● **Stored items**
== Segment start ==

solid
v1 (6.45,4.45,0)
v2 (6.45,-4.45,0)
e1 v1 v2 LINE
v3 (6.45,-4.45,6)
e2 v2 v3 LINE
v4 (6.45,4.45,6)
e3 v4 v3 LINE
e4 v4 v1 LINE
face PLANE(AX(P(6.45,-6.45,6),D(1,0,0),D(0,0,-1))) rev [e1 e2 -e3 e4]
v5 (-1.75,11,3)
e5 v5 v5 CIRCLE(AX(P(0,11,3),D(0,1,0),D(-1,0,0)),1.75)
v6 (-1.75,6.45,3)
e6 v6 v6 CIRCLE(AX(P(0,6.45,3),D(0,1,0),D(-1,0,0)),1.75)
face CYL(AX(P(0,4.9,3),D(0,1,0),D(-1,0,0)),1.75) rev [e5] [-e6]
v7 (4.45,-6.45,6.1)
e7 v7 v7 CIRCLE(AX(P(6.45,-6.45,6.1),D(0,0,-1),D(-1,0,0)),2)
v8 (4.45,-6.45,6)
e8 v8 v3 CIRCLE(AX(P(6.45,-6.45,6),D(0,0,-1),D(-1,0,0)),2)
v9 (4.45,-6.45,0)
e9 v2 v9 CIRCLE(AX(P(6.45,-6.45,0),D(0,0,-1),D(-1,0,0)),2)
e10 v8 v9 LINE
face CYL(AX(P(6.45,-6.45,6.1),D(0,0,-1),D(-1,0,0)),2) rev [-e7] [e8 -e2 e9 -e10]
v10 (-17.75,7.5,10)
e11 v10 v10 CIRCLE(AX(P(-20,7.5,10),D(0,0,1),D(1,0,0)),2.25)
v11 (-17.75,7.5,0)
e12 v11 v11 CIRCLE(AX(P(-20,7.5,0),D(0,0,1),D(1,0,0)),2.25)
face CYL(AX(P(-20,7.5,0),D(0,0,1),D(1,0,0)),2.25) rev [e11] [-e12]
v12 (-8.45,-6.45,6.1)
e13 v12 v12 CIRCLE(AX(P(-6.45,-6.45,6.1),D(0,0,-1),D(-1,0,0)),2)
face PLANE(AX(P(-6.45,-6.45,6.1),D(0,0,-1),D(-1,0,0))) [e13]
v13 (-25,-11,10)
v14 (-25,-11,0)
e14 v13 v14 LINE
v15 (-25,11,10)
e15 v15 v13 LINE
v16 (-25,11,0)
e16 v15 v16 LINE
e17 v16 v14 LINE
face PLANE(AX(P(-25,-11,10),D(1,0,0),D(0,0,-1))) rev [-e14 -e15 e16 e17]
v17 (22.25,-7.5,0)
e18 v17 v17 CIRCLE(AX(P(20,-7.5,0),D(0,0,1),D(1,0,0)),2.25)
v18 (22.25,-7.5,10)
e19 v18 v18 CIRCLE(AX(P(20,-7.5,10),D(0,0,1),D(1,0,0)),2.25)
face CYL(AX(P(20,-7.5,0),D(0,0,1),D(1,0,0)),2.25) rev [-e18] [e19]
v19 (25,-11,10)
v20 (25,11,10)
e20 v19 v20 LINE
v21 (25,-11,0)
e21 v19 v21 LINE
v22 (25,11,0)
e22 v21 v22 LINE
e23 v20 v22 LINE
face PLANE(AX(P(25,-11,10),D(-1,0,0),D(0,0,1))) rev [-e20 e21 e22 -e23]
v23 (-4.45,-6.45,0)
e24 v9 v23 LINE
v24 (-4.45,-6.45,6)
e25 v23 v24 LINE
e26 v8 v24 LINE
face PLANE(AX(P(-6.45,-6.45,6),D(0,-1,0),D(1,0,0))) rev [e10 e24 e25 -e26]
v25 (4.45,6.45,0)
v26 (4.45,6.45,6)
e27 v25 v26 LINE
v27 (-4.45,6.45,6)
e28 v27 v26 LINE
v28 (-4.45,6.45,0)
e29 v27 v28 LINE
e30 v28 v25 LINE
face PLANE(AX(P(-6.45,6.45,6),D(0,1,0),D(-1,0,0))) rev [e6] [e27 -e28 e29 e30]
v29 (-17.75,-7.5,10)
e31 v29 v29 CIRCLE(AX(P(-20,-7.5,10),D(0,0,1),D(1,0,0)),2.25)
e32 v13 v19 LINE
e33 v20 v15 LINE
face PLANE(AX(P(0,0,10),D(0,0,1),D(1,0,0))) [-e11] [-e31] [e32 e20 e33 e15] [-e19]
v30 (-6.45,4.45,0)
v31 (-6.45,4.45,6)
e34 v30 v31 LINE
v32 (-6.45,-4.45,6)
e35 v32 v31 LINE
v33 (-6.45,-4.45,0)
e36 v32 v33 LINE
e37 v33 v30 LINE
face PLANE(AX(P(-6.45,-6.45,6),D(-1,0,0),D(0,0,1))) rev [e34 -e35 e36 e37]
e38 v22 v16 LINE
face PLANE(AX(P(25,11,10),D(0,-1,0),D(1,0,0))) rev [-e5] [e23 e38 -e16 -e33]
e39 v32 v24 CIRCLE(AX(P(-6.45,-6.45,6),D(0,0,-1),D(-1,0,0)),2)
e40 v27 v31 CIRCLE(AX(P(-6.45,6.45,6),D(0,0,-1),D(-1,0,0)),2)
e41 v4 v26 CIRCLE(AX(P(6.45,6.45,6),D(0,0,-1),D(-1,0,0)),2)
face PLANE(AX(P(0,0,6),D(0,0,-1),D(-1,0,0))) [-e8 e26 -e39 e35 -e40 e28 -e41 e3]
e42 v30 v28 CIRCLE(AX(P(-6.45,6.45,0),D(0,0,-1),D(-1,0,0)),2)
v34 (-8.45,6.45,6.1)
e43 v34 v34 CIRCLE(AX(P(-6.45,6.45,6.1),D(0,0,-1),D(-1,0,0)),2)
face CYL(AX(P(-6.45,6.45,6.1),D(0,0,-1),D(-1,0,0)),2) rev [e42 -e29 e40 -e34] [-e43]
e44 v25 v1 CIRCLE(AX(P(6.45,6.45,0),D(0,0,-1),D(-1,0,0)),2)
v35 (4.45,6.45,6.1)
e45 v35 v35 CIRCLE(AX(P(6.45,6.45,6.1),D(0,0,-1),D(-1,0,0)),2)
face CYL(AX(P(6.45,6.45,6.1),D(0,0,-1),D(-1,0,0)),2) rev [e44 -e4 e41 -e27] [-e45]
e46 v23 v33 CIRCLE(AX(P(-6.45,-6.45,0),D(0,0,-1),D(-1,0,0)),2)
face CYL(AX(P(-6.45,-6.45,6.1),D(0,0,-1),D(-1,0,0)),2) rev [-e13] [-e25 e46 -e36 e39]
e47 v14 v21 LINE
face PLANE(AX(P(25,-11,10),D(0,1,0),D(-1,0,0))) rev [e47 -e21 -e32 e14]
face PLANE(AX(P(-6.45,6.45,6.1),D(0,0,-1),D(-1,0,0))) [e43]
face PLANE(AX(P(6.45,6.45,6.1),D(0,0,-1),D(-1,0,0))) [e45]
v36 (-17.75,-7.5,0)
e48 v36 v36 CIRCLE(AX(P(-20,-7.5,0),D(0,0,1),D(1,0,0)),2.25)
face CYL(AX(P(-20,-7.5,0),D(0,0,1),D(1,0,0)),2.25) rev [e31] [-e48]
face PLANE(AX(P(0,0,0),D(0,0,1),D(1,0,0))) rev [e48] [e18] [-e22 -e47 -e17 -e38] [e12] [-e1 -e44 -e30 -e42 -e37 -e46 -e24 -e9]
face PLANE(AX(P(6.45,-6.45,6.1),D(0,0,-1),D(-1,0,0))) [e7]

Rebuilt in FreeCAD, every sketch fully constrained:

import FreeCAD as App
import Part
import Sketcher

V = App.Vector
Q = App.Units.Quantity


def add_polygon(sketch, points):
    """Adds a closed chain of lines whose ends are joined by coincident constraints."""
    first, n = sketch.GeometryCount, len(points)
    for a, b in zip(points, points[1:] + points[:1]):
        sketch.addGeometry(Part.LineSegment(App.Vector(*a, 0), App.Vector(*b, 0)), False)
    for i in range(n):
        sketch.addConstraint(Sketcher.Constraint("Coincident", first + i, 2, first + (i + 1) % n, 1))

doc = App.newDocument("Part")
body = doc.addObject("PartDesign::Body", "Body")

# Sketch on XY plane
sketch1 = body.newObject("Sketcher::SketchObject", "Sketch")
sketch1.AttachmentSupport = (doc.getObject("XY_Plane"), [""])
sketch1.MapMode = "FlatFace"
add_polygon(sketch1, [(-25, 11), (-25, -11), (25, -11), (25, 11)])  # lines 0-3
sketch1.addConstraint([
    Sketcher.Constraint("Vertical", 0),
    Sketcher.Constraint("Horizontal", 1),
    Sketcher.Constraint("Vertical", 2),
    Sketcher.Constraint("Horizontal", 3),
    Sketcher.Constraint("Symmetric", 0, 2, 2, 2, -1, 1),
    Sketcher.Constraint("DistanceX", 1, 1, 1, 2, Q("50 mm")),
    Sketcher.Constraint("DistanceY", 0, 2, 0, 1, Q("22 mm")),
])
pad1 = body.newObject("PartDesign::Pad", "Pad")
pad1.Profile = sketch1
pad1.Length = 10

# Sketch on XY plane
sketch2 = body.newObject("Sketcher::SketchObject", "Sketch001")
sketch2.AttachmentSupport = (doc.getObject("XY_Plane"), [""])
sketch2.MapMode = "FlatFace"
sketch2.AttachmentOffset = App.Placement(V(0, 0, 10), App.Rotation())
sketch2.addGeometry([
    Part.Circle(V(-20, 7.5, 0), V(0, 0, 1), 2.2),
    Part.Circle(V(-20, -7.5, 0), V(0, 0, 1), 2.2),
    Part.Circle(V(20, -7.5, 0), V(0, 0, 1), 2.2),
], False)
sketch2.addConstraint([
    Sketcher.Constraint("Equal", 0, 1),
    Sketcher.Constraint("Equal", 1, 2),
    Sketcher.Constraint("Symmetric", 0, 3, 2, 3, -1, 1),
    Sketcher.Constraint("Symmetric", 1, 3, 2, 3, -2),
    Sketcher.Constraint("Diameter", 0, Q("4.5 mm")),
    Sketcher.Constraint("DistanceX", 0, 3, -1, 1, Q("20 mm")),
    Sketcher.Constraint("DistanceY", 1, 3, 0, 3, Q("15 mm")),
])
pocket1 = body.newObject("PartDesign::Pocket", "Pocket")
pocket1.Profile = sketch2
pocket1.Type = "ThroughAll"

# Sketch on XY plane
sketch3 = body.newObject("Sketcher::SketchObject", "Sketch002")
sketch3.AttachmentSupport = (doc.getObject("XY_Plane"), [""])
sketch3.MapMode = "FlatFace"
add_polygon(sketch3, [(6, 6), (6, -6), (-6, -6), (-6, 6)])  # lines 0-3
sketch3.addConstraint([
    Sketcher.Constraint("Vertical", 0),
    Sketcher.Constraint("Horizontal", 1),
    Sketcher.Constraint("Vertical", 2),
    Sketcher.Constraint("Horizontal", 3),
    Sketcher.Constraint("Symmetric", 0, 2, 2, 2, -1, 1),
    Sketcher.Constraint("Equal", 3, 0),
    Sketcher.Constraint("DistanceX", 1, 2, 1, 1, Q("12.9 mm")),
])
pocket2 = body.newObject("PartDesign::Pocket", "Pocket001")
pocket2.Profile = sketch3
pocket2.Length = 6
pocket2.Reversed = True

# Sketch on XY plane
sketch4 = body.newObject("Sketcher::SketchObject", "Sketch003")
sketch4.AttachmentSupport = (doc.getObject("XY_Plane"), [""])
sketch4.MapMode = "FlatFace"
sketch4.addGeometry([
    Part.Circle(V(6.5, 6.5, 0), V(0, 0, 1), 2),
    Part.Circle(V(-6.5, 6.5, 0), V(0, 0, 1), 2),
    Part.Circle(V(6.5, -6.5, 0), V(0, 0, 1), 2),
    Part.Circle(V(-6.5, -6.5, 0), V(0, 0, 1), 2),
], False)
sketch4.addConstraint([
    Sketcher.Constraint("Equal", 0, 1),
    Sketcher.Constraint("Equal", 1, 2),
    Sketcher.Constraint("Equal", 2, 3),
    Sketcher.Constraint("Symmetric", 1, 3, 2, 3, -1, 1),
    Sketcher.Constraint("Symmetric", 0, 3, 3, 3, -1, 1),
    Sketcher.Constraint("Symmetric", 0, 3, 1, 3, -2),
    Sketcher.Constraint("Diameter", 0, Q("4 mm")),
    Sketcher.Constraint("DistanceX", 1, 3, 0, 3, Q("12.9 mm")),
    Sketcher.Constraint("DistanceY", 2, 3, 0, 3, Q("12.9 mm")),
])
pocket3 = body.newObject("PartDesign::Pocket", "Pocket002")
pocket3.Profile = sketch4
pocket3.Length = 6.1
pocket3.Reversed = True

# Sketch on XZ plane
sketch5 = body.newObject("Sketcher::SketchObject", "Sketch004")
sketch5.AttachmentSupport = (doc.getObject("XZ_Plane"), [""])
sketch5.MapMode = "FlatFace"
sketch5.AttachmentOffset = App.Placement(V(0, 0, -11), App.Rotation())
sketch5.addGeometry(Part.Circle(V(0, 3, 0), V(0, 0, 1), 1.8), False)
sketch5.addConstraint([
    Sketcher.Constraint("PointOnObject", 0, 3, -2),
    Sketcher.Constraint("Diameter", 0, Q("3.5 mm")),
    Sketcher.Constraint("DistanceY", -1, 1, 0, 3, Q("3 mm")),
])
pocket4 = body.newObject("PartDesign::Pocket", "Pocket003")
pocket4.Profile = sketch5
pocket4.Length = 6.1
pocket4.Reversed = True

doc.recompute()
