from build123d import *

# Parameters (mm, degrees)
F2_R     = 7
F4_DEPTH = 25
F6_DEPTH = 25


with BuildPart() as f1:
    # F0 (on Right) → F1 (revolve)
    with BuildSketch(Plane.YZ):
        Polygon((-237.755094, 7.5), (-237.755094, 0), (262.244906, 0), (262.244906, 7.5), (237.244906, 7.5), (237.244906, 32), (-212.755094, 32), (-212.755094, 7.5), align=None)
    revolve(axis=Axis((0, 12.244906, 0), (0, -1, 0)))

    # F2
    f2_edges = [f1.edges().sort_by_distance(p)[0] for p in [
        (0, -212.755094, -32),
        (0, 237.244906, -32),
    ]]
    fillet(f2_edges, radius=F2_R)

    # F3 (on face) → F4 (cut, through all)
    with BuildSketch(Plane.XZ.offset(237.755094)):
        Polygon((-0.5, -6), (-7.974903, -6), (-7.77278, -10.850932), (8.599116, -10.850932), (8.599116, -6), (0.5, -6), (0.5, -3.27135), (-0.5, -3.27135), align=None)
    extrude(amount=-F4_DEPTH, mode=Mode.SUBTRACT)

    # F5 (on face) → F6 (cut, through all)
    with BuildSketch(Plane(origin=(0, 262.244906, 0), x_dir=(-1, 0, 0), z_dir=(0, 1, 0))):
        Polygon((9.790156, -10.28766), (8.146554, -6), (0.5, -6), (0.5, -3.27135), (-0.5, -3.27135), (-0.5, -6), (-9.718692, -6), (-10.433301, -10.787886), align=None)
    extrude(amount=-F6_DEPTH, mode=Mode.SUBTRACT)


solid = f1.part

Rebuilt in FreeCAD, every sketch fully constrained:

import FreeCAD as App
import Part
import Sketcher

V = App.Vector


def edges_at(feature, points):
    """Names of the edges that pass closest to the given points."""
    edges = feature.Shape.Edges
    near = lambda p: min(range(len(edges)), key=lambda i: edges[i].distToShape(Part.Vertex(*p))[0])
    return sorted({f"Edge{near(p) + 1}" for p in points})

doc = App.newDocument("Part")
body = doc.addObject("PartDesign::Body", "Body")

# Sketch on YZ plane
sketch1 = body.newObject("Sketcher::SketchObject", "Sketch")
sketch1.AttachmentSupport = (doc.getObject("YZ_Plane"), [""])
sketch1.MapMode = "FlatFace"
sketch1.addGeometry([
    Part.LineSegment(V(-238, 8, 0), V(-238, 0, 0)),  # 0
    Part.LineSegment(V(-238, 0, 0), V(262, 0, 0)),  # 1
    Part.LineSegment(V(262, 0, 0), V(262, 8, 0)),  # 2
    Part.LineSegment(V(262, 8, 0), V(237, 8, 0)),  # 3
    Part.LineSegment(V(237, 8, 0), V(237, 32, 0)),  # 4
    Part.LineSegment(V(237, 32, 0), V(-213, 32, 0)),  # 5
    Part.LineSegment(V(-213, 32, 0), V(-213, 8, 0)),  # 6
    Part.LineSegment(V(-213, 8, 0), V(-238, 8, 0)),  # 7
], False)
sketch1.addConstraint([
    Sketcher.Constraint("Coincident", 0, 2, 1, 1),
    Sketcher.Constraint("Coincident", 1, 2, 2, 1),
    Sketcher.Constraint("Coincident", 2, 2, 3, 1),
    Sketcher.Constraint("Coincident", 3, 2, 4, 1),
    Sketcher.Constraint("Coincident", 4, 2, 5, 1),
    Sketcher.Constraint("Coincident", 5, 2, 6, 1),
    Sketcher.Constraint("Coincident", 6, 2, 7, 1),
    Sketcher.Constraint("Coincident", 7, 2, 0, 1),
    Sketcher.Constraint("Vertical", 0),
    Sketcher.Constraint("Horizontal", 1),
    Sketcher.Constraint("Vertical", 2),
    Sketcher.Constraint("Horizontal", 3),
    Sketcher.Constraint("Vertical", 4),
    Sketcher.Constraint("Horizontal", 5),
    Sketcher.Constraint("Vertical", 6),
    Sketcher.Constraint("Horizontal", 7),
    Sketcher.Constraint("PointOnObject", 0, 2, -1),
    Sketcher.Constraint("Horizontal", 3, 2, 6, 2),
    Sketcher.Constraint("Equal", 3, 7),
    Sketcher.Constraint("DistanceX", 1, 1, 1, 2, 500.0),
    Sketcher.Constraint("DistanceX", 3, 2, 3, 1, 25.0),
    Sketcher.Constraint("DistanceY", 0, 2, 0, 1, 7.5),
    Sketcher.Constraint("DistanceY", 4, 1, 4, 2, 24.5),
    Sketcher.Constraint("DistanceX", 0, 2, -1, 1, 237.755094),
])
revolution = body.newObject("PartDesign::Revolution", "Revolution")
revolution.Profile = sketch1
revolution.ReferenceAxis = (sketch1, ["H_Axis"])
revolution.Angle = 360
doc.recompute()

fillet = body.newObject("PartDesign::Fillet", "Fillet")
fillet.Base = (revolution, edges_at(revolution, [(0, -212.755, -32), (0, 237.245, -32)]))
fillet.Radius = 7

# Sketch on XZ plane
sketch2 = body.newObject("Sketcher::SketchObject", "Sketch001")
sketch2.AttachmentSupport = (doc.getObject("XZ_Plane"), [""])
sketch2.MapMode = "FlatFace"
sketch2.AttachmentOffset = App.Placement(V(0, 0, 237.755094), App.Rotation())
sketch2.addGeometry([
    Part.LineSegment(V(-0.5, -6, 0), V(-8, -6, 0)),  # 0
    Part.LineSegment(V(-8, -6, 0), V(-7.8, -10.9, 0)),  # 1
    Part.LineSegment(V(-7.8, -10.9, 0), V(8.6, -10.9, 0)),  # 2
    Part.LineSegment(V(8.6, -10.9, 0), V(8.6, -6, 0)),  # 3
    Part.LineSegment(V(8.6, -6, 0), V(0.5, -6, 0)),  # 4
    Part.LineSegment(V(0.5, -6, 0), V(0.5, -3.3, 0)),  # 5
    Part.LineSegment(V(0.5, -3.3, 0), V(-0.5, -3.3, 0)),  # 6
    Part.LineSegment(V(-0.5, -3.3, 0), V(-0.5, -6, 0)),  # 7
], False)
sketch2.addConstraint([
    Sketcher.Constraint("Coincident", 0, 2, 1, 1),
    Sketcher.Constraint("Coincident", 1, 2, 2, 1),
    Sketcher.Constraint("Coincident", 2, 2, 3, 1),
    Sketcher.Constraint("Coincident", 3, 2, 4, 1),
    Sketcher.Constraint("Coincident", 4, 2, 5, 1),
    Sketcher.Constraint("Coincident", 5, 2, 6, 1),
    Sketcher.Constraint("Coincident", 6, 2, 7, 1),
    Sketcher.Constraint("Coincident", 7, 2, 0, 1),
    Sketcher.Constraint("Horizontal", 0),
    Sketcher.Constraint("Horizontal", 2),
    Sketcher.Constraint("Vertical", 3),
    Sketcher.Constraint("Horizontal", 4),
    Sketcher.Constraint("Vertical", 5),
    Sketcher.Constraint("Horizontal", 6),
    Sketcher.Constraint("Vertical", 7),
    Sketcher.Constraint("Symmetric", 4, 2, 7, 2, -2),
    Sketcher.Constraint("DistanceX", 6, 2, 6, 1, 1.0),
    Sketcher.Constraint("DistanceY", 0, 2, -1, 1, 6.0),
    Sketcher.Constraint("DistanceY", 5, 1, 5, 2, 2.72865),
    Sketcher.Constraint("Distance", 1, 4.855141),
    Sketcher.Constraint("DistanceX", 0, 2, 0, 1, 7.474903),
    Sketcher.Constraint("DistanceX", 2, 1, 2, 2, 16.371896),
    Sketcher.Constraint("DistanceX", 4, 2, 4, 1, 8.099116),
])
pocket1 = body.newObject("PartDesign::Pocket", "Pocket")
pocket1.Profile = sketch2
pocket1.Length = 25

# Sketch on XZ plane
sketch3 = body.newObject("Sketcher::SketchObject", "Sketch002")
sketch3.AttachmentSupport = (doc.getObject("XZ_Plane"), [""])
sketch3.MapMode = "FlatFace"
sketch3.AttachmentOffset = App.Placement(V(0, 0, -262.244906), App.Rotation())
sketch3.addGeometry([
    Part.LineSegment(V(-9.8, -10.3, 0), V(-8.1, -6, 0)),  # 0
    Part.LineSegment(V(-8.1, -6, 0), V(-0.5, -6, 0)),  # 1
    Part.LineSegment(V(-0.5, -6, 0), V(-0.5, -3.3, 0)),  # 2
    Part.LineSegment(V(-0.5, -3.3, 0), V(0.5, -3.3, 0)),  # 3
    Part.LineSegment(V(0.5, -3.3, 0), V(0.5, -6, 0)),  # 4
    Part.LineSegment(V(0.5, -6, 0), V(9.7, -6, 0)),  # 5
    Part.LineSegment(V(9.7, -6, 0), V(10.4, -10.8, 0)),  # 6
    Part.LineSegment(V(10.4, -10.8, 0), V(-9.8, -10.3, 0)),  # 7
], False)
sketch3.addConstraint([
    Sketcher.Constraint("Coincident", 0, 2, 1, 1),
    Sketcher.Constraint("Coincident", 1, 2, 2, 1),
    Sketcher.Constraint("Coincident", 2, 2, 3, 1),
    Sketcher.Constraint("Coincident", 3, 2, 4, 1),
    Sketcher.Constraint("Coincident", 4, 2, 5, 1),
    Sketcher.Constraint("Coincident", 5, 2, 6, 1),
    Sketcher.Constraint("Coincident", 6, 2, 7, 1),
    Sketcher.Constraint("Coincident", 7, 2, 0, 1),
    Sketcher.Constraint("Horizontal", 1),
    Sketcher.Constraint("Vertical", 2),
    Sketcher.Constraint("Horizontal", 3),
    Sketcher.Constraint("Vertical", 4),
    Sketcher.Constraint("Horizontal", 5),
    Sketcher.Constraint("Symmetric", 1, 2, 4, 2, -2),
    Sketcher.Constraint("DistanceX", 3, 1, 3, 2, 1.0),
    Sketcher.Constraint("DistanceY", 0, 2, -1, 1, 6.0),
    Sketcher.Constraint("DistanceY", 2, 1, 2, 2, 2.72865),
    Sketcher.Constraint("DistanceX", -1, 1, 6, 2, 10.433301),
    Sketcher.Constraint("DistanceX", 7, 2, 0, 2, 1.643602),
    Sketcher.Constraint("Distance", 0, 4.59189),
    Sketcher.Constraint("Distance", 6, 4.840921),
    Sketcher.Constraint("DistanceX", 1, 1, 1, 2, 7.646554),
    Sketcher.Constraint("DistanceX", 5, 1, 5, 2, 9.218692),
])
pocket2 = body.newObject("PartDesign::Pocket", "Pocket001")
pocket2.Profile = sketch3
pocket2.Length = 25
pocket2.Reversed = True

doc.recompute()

== Segment end ==

● **WHAT YOU NEED TO DO**
Write down, word for word, the lines above from the one containing "e16 v15 v16 LINE" through the one containing "v22 (25,11,0)", both ends included.

● **SOLUTION**
e16 v15 v16 LINE
e17 v16 v14 LINE
face PLANE(AX(P(-25,-11,10),D(1,0,0),D(0,0,-1))) rev [-e14 -e15 e16 e17]
v17 (22.25,-7.5,0)
e18 v17 v17 CIRCLE(AX(P(20,-7.5,0),D(0,0,1),D(1,0,0)),2.25)
v18 (22.25,-7.5,10)
e19 v18 v18 CIRCLE(AX(P(20,-7.5,10),D(0,0,1),D(1,0,0)),2.25)
face CYL(AX(P(20,-7.5,0),D(0,0,1),D(1,0,0)),2.25) rev [-e18] [e19]
v19 (25,-11,10)
v20 (25,11,10)
e20 v19 v20 LINE
v21 (25,-11,0)
e21 v19 v21 LINE
v22 (25,11,0)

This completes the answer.